Schematic showing a DFB laser or similar type of semiconductor laser incorporating a variable focus liquid lens according to the present invention. 1 shows a variable focus liquid lens according to an embodiment of the present invention. FIG. 5 shows a variable focus liquid lens according to another embodiment of the present invention. FIG. 5 shows a variable focus liquid lens according to another embodiment of the present invention.

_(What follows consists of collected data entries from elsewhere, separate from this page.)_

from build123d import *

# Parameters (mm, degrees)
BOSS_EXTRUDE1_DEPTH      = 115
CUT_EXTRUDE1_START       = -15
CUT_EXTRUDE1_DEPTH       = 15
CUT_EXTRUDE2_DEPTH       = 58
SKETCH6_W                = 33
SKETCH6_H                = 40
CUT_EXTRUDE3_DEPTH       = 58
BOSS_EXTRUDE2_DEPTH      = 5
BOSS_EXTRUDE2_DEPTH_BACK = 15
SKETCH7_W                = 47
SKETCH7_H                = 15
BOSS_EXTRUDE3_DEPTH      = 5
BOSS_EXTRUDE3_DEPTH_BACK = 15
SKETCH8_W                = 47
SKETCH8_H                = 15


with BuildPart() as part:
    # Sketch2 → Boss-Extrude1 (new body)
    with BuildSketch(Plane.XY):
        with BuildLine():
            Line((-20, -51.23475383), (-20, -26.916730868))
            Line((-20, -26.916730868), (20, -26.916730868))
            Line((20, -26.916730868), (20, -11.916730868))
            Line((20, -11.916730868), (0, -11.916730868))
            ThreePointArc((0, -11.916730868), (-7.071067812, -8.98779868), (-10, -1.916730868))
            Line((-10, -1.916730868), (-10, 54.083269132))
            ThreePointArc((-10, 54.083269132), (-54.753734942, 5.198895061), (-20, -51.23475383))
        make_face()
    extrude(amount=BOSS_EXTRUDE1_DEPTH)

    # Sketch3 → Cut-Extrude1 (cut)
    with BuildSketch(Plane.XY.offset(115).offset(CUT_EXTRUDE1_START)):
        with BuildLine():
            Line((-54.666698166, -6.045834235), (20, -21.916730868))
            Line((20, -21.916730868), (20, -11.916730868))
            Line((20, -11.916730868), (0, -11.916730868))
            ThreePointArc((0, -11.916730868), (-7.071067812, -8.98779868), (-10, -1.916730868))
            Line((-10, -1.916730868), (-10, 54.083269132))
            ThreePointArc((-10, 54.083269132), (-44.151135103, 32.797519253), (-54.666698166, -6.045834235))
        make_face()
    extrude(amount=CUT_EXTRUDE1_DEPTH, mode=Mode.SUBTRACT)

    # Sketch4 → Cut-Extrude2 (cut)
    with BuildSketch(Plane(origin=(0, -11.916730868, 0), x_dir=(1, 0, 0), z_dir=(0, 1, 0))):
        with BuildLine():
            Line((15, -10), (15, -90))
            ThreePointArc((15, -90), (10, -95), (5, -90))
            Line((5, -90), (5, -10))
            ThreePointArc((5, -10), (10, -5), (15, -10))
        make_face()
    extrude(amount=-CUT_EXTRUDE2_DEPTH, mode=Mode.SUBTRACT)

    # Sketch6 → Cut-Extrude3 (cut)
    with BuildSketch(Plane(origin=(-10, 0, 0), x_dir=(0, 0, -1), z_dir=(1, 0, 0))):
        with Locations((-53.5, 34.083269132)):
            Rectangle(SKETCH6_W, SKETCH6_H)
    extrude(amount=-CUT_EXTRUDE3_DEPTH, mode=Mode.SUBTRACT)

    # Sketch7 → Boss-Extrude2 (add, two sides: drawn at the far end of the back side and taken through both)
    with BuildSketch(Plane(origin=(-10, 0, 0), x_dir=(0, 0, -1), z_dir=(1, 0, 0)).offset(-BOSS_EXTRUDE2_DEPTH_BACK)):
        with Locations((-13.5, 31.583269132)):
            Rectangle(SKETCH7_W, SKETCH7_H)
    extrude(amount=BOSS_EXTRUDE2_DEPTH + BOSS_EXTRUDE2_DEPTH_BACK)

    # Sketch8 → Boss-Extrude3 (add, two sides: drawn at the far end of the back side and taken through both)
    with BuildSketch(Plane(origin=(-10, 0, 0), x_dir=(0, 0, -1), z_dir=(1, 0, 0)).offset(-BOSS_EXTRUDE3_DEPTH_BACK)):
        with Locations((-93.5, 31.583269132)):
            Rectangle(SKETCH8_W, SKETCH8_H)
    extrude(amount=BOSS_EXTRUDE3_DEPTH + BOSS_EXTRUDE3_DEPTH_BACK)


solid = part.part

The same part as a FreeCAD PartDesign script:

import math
import FreeCAD as App
import Part
import Sketcher
Q = App.Units.Quantity

doc = App.newDocument("Part")
body = doc.addObject("PartDesign::Body", "Body")

# Sketch on XY plane
sketch1 = body.newObject("Sketcher::SketchObject", "Sketch")
sketch1.AttachmentSupport = (doc.getObject("XY_Plane"), [""])
sketch1.MapMode = "FlatFace"
sketch1.addGeometry(Part.LineSegment(App.Vector(-20, -51, 0), App.Vector(-20, -27, 0)), False)
sketch1.addGeometry(Part.LineSegment(App.Vector(-20, -27, 0), App.Vector(20, -27, 0)), False)
sketch1.addGeometry(Part.LineSegment(App.Vector(20, -27, 0), App.Vector(20, -12, 0)), False)
sketch1.addGeometry(Part.LineSegment(App.Vector(20, -12, 0), App.Vector(0, -12, 0)), False)
sketch1.addGeometry(Part.ArcOfCircle(Part.Circle(App.Vector(0, -2, 0), App.Vector(0, 0, 1), 10), math.radians(180), math.radians(270)), False)
sketch1.addGeometry(Part.LineSegment(App.Vector(-10, -2, 0), App.Vector(-10, 54, 0)), False)
sketch1.addGeometry(Part.ArcOfCircle(Part.Circle(App.Vector(0, 0, 0), App.Vector(0, 0, 1), 55), math.radians(100), math.radians(249)), False)
sketch1.addConstraint(Sketcher.Constraint("Coincident", 0, 2, 1, 1))
sketch1.addConstraint(Sketcher.Constraint("Coincident", 1, 2, 2, 1))
sketch1.addConstraint(Sketcher.Constraint("Coincident", 2, 2, 3, 1))
sketch1.addConstraint(Sketcher.Constraint("Tangent", 3, 2, 4, 2))
sketch1.addConstraint(Sketcher.Constraint("Tangent", 4, 1, 5, 1))
sketch1.addConstraint(Sketcher.Constraint("Coincident", 5, 2, 6, 1))
sketch1.addConstraint(Sketcher.Constraint("Coincident", 6, 2, 0, 1))
sketch1.addConstraint(Sketcher.Constraint("Vertical", 0))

  First, FIG. 1 shows a schematic diagram of a semiconductor laser according to an embodiment of the present invention. Specifically, this semiconductor laser includes a laser chip 10, an optical wavelength conversion device 20, and a variable focus lens 30. Here, each component in FIG. 1 does not accurately represent the structure, but is illustrated using a symbolic symbol. FIG. 2 is a diagram illustrating a more detailed structure of a variable focus lens according to a specific embodiment of the present invention. The detailed structures of the laser chip 10 and the optical wavelength conversion device 20 are beyond the scope of the present invention. Although shown to describe the present invention, the semiconductor laser 10 and optical wavelength converter 20 described as components of the present invention can implement any of various conventional or future developed forms. .

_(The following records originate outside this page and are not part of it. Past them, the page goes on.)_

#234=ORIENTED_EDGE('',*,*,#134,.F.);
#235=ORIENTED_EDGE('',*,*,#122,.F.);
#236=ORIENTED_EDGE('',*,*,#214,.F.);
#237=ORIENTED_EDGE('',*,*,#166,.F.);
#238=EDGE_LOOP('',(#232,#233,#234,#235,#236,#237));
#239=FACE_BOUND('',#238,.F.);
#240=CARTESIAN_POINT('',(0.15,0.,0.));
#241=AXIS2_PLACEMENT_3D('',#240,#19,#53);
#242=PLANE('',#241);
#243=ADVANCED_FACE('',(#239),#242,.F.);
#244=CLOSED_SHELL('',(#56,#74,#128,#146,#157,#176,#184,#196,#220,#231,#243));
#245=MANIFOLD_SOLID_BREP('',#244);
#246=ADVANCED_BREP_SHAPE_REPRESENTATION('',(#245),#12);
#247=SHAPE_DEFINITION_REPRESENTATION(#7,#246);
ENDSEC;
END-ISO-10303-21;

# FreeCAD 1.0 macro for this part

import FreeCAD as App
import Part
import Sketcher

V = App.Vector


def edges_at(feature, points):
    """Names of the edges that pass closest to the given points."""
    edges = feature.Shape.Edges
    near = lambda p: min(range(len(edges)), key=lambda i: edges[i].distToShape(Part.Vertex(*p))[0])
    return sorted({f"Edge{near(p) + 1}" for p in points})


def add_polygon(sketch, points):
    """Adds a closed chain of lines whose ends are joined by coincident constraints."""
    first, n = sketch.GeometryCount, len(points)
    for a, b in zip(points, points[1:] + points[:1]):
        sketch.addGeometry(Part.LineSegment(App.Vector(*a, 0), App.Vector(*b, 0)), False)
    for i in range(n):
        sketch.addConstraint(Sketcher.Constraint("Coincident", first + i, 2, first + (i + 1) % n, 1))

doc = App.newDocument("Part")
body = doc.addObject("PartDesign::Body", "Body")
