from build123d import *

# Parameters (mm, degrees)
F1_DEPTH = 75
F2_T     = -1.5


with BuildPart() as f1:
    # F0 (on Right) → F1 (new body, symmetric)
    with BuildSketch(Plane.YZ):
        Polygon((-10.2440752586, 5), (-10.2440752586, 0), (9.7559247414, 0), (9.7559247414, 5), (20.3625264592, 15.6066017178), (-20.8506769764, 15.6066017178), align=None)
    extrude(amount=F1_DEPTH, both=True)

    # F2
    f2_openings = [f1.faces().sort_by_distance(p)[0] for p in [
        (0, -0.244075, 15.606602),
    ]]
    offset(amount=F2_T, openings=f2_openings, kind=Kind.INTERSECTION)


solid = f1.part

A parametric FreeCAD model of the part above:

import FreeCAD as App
import Part
import Sketcher
from FreeCAD import Vector
Q = App.Units.Quantity


def faces_at(feature, points):
    """Names of the faces that lie closest to the given points."""
    faces = feature.Shape.Faces
    near = lambda p: min(range(len(faces)), key=lambda i: faces[i].distToShape(Part.Vertex(*p))[0])
    return sorted({f"Face{near(p) + 1}" for p in points})


def add_polygon(sketch, points):
    """Adds a closed chain of lines whose ends are joined by coincident constraints."""
    first, n = sketch.GeometryCount, len(points)
    for a, b in zip(points, points[1:] + points[:1]):
        sketch.addGeometry(Part.LineSegment(App.Vector(*a, 0), App.Vector(*b, 0)), False)
    for i in range(n):
        sketch.addConstraint(Sketcher.Constraint("Coincident", first + i, 2, first + (i + 1) % n, 1))

doc = App.newDocument("Part")
body = doc.addObject("PartDesign::Body", "Body")

sketch1 = body.newObject("Sketcher::SketchObject", "Sketch")
sketch1.AttachmentSupport = (doc.getObject("YZ_Plane"), [""])
sketch1.MapMode = "FlatFace"
add_polygon(sketch1, [(-10.244075, 5), (-10.244075, 0), (9.755925, 0), (9.755925, 5), (20.362526, 15.606602), (-20.850677, 15.606602)])
sketch1.addConstraint([
    Sketcher.Constraint("Vertical", 0),
    Sketcher.Constraint("Horizontal", 1),
    Sketcher.Constraint("Vertical", 2),
    Sketcher.Constraint("Horizontal", 4),
    Sketcher.Constraint("PointOnObject", 0, 2, -1),
    Sketcher.Constraint("Perpendicular", 3, 5),
    Sketcher.Constraint("Horizontal", 2, 2, 5, 2),
    Sketcher.Constraint("Equal", 3, 5),
    Sketcher.Constraint("DistanceX", 1, 1, 1, 2, Q("20 mm")),
    Sketcher.Constraint("DistanceY", 0, 2, 0, 1, Q("5 mm")),
    Sketcher.Constraint("Distance", 3, Q("15 mm")),
    Sketcher.Constraint("DistanceX", 0, 2, -1, 1, Q("10.244075 mm")),
])
pad1 = body.newObject("PartDesign::Pad", "Pad")
pad1.Profile = sketch1
pad1.Length = 150
pad1.Midplane = True
doc.recompute()

thickness = body.newObject("PartDesign::Thickness", "Thickness")
thickness.Base = (pad1, faces_at(pad1, [(0, -0.244, 15.607)]))
thickness.Value = 1.5
thickness.Reversed = True
thickness.Join = "Intersection"

doc.recompute()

  The variable focus lens according to the present invention is particularly useful in an optomechanical package. This is because it is generally difficult to ensure that the optical components are properly mechanically adjusted in an optomechanical package. For example, regarding the semiconductor laser having the laser chip 10 and the optical wavelength conversion device 20, the inventor of the present invention has recognized that it is often necessary to adjust the optical components on the submicron order. By way of example and not limitation, second harmonic generation laser packages, pumped laser packages, and single or multimode optical signals can be optical waveguides, optical fibers, optical crystals, or various combinations of active or passive optics. Other optical packages that transmit between components can be added as optomechanical packages contemplated by the present invention.

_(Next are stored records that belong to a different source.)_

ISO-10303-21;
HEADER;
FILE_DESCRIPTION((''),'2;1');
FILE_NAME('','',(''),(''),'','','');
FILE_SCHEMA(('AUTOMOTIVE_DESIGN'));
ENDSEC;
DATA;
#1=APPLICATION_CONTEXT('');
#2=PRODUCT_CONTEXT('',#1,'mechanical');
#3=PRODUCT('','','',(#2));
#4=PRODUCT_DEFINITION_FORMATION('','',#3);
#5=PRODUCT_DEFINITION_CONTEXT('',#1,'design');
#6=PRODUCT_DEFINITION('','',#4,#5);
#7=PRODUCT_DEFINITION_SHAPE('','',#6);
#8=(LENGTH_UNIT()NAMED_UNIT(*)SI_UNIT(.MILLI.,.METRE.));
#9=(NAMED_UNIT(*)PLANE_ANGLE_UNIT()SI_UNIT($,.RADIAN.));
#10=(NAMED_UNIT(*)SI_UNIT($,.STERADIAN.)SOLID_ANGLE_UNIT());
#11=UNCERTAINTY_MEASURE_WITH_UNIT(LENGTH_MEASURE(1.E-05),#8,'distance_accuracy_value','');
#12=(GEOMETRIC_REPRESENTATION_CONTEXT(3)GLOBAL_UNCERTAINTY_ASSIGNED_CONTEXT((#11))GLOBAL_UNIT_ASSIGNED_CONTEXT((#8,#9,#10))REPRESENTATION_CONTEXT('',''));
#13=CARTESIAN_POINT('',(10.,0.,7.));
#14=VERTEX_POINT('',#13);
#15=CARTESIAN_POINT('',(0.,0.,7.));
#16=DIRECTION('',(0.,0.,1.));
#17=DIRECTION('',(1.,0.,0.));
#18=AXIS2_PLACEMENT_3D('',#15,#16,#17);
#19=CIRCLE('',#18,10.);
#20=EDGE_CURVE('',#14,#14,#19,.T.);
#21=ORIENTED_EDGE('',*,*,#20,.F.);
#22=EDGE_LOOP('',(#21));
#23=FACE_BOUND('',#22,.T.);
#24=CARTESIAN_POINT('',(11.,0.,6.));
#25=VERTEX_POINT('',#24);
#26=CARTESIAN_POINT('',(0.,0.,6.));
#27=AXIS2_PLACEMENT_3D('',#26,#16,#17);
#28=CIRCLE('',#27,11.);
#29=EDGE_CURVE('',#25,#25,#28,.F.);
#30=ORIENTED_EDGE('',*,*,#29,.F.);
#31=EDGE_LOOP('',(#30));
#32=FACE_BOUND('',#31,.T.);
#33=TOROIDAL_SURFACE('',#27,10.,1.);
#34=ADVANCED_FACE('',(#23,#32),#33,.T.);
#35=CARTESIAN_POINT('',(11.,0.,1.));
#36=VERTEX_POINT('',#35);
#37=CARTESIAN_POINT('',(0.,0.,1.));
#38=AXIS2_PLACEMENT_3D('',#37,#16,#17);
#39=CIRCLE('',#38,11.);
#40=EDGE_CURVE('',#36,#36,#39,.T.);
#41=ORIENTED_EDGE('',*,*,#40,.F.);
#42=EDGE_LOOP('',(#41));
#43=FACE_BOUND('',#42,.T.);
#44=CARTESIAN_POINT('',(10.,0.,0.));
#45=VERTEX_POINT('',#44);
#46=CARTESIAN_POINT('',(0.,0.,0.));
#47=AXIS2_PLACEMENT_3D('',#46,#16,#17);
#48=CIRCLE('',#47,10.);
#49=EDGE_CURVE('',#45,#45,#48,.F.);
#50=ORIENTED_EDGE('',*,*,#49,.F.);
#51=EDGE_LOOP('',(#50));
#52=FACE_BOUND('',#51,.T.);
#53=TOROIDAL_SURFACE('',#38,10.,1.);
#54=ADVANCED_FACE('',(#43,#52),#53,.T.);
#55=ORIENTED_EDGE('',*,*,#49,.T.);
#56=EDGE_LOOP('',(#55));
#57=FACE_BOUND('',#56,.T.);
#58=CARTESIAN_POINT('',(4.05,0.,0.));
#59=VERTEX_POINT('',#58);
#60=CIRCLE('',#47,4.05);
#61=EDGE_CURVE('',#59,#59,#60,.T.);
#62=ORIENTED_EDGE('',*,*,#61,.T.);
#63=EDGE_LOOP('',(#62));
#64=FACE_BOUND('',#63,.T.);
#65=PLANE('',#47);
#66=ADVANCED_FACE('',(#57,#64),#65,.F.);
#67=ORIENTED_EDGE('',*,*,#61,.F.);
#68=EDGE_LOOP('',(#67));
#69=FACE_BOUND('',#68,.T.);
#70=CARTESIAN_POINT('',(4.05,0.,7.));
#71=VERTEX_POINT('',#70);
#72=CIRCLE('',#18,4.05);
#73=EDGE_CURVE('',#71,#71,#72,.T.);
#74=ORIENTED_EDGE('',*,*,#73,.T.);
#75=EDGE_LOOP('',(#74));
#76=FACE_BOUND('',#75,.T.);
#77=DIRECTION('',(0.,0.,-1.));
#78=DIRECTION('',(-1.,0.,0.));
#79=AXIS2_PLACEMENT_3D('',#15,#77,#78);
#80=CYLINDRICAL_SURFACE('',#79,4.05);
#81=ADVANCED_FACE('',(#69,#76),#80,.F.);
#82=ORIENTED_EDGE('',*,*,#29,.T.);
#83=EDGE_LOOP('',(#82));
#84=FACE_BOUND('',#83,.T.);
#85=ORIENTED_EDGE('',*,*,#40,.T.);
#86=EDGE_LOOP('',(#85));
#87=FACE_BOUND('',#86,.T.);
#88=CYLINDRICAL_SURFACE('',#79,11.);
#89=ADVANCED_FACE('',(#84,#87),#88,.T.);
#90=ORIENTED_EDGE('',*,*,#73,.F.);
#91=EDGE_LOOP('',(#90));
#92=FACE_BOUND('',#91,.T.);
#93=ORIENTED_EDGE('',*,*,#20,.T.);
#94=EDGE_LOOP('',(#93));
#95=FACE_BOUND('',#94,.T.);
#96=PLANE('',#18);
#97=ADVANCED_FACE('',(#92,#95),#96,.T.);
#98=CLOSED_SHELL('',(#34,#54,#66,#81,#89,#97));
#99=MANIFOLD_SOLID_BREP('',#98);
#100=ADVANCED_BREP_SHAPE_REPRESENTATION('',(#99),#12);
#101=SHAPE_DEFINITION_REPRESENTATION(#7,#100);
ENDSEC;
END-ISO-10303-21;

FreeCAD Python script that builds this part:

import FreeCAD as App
import Part
import Sketcher


def edges_at(feature, points):
    """Names of the edges that pass closest to the given points."""
    edges = feature.Shape.Edges
    near = lambda p: min(range(len(edges)), key=lambda i: edges[i].distToShape(Part.Vertex(*p))[0])
    return sorted({f"Edge{near(p) + 1}" for p in points})

doc = App.newDocument("Part")
body = doc.addObject("PartDesign::Body", "Body")

# Sketch on XY plane
sketch1 = body.newObject("Sketcher::SketchObject", "Sketch")
sketch1.AttachmentSupport = (doc.getObject("XY_Plane"), [""])
sketch1.MapMode = "FlatFace"
sketch1.addGeometry(Part.Circle(App.Vector(0, 0, 0), App.Vector(0, 0, 1), 11), False)
sketch1.addGeometry(Part.Circle(App.Vector(0, 0, 0), App.Vector(0, 0, 1), 4.05), False)
sketch1.addConstraint(Sketcher.Constraint("Coincident", 0, 3, -1, 1))
sketch1.addConstraint(Sketcher.Constraint("Coincident", 1, 3, -1, 1))
sketch1.addConstraint(Sketcher.Constraint("Diameter", 0, 22.0))
sketch1.addConstraint(Sketcher.Constraint("Diameter", 1, 8.1))
pad1 = body.newObject("PartDesign::Pad", "Pad")
pad1.Profile = sketch1
pad1.Length = 7
doc.recompute()

fillet = body.newObject("PartDesign::Fillet", "Fillet")
fillet.Base = (pad1, edges_at(pad1, [(-11, 0, 0), (-11, 0, 7)]))
fillet.Radius = 1

doc.recompute()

  As shown in FIG. 1, the varifocal lens 30 can be arranged to guide light from the laser chip 10 to the optical wavelength conversion device 20. As shown in FIG. 2, the varifocal lens 30 includes first and second liquid lens components 40 and 50 that provide first and second tuning longitudinal axes 45 and 55. The first and second tuning longitudinal axes 45, 55 are inclined with respect to each other around the light propagation axis 35 of the lens 30. In the illustrated embodiment, the axes 45, 55 are in a relationship with each other at an angle of 90 °, but it is contemplated in the present invention to have various angles with respect to the light propagation axis 35. In more detail below, the first and second liquid lens components 40, 50 have a first tuning longitudinal axis 45 disposed at a position where the x and z components of the XYZ coordinate system can be varied, The second tuning longitudinal axis 55 is set at a position where the y and z components of the XYZ coordinate system can be changed.

  As shown in FIG. 1, light is generally a laser chip along a light propagation axis 35 of the lens 30 except for a relatively slight change in direction of the optical path inside or between the optical components of the lens 30 itself. 10 to the optical wavelength converter 20. The varifocal lens 30 further includes collimating optical components 32 and 34 configured to substantially collimate light directed from the laser chip 10 to the varifocal lens 30 and from the varifocal lens 30 to the wavelength converter 20. You can also. If this form of the present invention is used, the light guided to the varifocal lens 30 is collimated, so that the position can be adjusted more easily when the varifocal lens 30 is installed along the light propagation axis 35. . Further, if the collimating optical components 32 and 34 are introduced, the optical power requirement that would otherwise be applied to the variable focus lens 30 can be reduced. That is, the collimating optical components 32 and 34 can be set to mainly function as the primary optical components of the system, while the variable focus lens 30 can be designed to mainly function as the secondary correction system.

  Further, as shown in FIG. 2, by providing the first and second lens parts 40 and 50 with the first and second liquid tanks 42 and 52 and the first and second lens liquids 44 and 54, respectively. The first and second tuning longitudinal axes 45 and 55 described above can be arranged in various ways. In the illustrated embodiment, the first and second lens liquids 44, 54 are generally longitudinally disposed along each tuning longitudinal axis 45, 55. More specifically, the liquid tank 42 is formed such that the lens surfaces 48, 58 are formed by the respective lens liquids 44, 54 extending in a direction away from the light propagation axis 35 along the respective tuning longitudinal axes 45, 55. , 52 are configured. On the other hand, many conventional liquid lenses are configured as radial symmetry lenses and do not define a longitudinal tuning axis.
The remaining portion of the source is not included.